Somewhere below, one line contains "#57=CARTESIAN_POINT('',(0.,0.,-3.));" and a later line contains "#69=VERTEX_POINT('',#68);". Output those two lines and everything between them exactly, and nothing else.

· · · · ·

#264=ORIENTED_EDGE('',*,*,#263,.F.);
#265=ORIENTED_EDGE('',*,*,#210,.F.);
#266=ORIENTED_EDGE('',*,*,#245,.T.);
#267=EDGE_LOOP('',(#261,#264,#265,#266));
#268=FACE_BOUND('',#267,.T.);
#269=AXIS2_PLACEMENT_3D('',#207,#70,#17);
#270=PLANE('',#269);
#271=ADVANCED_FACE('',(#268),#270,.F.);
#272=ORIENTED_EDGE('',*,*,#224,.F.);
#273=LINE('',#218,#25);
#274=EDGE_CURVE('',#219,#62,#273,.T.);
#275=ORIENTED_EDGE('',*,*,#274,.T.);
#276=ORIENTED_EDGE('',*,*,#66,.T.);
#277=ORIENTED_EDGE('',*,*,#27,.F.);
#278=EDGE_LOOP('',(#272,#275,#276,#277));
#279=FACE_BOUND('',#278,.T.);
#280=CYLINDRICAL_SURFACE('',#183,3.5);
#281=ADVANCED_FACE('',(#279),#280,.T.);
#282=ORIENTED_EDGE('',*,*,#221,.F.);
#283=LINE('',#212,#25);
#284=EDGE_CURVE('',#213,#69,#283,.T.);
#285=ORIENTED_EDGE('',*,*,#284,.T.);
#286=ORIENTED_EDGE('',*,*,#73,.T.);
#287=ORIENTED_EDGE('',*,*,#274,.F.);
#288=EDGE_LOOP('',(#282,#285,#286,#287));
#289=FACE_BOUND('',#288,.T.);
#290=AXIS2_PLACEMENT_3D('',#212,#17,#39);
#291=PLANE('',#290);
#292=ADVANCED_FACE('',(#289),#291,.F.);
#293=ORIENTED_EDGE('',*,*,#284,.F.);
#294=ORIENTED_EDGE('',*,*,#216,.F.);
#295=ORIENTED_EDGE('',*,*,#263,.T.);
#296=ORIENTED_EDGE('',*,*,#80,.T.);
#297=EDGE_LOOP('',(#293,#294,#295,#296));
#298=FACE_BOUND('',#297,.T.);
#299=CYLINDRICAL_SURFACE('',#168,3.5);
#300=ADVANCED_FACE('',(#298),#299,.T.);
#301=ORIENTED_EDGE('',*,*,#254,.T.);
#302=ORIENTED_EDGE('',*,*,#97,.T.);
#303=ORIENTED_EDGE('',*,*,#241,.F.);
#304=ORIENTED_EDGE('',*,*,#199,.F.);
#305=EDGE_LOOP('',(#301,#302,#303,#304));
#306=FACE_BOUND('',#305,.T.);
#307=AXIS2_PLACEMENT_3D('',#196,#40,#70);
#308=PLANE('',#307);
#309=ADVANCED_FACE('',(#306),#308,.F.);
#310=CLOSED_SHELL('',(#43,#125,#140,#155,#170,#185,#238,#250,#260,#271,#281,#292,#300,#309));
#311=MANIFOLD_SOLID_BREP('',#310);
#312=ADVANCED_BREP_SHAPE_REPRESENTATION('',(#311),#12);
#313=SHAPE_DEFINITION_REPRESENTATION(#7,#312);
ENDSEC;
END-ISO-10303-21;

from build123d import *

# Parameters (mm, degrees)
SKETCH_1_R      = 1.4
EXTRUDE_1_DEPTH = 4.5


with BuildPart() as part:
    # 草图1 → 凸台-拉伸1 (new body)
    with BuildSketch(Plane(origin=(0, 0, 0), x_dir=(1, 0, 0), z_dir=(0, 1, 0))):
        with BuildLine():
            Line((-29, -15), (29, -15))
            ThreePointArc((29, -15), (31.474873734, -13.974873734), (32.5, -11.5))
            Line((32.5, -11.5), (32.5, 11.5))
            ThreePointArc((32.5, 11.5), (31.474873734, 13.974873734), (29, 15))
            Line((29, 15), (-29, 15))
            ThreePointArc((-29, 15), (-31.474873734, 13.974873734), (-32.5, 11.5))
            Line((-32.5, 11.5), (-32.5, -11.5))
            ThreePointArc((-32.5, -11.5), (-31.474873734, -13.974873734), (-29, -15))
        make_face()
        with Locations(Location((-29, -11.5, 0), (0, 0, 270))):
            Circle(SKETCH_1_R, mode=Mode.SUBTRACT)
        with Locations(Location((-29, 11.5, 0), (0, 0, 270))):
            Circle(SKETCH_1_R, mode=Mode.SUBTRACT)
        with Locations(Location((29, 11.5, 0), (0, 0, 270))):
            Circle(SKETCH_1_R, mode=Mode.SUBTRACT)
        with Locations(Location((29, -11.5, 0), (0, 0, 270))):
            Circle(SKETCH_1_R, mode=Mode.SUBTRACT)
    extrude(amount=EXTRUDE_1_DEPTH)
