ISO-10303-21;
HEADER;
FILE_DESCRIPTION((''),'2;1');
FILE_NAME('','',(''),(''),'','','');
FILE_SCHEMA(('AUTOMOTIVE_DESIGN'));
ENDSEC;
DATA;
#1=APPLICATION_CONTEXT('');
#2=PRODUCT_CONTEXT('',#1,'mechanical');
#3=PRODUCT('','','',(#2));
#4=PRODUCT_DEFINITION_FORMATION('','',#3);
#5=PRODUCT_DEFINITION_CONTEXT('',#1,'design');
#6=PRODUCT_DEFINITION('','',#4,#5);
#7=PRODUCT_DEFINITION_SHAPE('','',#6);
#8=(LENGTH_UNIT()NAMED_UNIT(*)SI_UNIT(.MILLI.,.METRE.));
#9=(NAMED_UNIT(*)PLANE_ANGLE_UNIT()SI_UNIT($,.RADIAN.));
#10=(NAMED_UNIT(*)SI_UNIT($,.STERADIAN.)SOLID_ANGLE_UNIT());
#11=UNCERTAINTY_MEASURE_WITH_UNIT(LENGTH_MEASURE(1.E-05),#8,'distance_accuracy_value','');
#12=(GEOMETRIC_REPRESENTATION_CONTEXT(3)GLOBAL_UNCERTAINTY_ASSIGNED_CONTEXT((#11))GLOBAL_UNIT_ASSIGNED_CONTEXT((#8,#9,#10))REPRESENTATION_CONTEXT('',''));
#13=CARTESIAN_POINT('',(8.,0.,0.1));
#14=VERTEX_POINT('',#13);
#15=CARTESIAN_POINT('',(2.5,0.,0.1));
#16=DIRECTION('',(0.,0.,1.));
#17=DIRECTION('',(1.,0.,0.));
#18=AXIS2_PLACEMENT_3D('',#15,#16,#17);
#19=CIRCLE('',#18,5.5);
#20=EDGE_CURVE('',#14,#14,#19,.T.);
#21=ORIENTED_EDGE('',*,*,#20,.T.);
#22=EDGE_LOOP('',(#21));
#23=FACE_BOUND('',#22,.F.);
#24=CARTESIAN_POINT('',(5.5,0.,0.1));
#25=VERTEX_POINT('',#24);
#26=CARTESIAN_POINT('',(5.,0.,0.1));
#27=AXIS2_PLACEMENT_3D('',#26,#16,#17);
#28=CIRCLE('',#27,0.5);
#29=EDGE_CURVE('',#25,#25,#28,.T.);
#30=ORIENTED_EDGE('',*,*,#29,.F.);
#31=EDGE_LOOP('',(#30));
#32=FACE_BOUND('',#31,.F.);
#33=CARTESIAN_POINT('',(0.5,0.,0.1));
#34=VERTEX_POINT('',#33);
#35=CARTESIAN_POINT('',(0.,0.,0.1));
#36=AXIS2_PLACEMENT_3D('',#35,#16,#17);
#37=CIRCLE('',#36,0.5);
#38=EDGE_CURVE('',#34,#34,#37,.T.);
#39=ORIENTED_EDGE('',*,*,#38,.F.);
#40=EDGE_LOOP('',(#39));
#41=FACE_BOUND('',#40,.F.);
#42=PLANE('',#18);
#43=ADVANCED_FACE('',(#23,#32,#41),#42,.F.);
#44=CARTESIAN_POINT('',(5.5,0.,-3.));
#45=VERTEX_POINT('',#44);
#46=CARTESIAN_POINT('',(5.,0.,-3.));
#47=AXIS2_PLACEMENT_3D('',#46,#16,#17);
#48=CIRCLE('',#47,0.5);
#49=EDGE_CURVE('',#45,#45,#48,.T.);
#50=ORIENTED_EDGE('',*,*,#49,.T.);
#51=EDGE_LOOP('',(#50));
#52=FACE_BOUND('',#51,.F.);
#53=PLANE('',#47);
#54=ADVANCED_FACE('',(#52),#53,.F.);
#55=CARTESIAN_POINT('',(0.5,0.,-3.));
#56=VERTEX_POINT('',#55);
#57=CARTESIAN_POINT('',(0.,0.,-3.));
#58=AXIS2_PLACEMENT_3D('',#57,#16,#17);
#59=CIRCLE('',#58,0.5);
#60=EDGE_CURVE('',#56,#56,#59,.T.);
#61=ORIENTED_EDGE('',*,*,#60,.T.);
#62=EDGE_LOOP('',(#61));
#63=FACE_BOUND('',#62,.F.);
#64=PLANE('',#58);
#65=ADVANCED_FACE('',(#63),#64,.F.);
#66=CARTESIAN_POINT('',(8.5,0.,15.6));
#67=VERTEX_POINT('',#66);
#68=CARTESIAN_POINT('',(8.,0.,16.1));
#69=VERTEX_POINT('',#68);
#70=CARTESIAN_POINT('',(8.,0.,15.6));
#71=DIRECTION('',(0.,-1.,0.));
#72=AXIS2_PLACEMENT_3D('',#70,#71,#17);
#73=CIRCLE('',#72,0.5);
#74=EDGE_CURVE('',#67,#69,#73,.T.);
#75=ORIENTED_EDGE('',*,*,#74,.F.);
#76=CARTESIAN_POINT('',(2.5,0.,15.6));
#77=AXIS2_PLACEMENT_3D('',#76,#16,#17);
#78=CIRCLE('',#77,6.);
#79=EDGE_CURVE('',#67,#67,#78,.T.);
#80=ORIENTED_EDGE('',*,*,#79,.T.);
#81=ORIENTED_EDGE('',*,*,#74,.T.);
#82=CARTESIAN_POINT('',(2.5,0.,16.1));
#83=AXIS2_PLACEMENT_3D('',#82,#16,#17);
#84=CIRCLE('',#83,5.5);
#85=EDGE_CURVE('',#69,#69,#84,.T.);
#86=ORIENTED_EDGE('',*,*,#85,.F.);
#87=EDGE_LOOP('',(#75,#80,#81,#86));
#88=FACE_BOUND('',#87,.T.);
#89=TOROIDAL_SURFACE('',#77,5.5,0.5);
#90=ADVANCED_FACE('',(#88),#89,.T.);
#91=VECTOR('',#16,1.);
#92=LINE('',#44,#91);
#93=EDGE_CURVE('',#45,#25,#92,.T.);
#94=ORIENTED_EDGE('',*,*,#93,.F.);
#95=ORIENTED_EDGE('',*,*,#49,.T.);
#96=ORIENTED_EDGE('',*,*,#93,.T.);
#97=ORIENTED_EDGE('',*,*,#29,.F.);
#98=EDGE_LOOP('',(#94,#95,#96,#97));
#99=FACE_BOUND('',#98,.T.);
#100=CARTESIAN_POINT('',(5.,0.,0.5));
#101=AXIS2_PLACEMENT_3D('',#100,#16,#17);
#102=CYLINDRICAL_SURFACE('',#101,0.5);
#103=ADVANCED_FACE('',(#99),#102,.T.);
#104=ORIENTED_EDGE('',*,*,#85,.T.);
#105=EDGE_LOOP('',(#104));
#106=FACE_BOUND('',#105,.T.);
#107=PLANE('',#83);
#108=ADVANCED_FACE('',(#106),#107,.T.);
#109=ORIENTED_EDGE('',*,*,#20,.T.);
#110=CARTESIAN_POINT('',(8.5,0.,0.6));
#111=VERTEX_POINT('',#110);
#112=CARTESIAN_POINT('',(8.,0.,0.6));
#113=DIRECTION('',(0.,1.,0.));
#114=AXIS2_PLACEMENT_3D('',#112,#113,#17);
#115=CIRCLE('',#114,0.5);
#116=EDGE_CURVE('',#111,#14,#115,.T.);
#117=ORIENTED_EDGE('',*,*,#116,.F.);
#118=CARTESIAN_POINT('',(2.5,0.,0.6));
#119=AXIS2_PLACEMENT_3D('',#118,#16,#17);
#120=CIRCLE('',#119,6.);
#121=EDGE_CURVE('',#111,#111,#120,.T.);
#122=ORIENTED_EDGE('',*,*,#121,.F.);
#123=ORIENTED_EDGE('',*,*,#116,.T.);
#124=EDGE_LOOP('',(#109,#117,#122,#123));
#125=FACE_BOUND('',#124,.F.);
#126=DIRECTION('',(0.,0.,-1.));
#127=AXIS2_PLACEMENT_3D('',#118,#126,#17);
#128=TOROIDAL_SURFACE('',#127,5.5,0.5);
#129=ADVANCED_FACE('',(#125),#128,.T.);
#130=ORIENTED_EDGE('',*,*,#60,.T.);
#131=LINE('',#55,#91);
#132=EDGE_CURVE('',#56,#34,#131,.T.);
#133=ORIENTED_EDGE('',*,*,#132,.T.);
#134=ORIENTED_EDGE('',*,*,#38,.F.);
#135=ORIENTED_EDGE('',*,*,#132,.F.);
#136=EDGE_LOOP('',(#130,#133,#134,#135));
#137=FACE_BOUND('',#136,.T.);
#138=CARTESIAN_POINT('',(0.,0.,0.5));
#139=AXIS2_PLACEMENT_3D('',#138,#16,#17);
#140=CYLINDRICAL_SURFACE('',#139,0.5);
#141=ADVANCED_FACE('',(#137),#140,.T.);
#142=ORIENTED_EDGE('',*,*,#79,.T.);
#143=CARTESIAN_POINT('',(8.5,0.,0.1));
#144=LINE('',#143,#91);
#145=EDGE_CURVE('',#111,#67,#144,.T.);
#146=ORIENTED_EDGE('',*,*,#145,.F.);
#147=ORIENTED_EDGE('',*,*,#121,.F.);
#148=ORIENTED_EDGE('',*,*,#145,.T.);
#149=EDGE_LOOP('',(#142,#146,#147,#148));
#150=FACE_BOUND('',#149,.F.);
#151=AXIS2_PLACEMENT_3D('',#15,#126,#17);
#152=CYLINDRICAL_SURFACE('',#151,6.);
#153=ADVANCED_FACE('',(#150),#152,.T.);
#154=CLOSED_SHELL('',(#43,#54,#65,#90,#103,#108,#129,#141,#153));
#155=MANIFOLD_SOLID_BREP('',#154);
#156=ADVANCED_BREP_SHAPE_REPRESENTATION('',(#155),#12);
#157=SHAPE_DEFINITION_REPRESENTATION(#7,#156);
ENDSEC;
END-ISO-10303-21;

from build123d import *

# Parameters (mm, degrees)
SKETCH001_R       = 0.5
PAD001_DEPTH      = 8
PAD001_DEPTH_BACK = 3.5
SKETCH_R          = 6
PAD_DEPTH         = 16
FILLET_R          = 0.5


with BuildPart() as pad001:
    # Sketch001 → Pad001 (new body, two sides)
    with BuildSketch(Plane.XY.offset(0.5)) as pad001_sk:
        Circle(SKETCH001_R)
        with Locations((5, 0)):
            Circle(SKETCH001_R)
    extrude(amount=PAD001_DEPTH)
    extrude(pad001_sk.sketch, amount=-PAD001_DEPTH_BACK)


with BuildPart() as l_radial_d12_0mm_p5_00mm_fastron_11p:
    # Sketch → Pad (new body)
    with BuildSketch(Plane.XY.offset(0.1)):
        with Locations((2.5, 0)):
            Circle(SKETCH_R)
    extrude(amount=PAD_DEPTH)

    # Fillet
    fillet_edges = [l_radial_d12_0mm_p5_00mm_fastron_11p.edges().sort_by_distance(p)[0] for p in [
        (-3.5, 0, 0.1),
        (-3.5, 0, 16.1),
    ]]
    fillet(fillet_edges, radius=FILLET_R)

    # Fillet_mp_cp: union Pad001
    add(pad001.part)


solid = l_radial_d12_0mm_p5_00mm_fastron_11p.part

· · · · ·

**EXERCISE SOLUTION**
#57=CARTESIAN_POINT('',(0.,0.,-3.));
#58=AXIS2_PLACEMENT_3D('',#57,#16,#17);
#59=CIRCLE('',#58,0.5);
#60=EDGE_CURVE('',#56,#56,#59,.T.);
#61=ORIENTED_EDGE('',*,*,#60,.T.);
#62=EDGE_LOOP('',(#61));
#63=FACE_BOUND('',#62,.F.);
#64=PLANE('',#58);
#65=ADVANCED_FACE('',(#63),#64,.F.);
#66=CARTESIAN_POINT('',(8.5,0.,15.6));
#67=VERTEX_POINT('',#66);
#68=CARTESIAN_POINT('',(8.,0.,16.1));
#69=VERTEX_POINT('',#68);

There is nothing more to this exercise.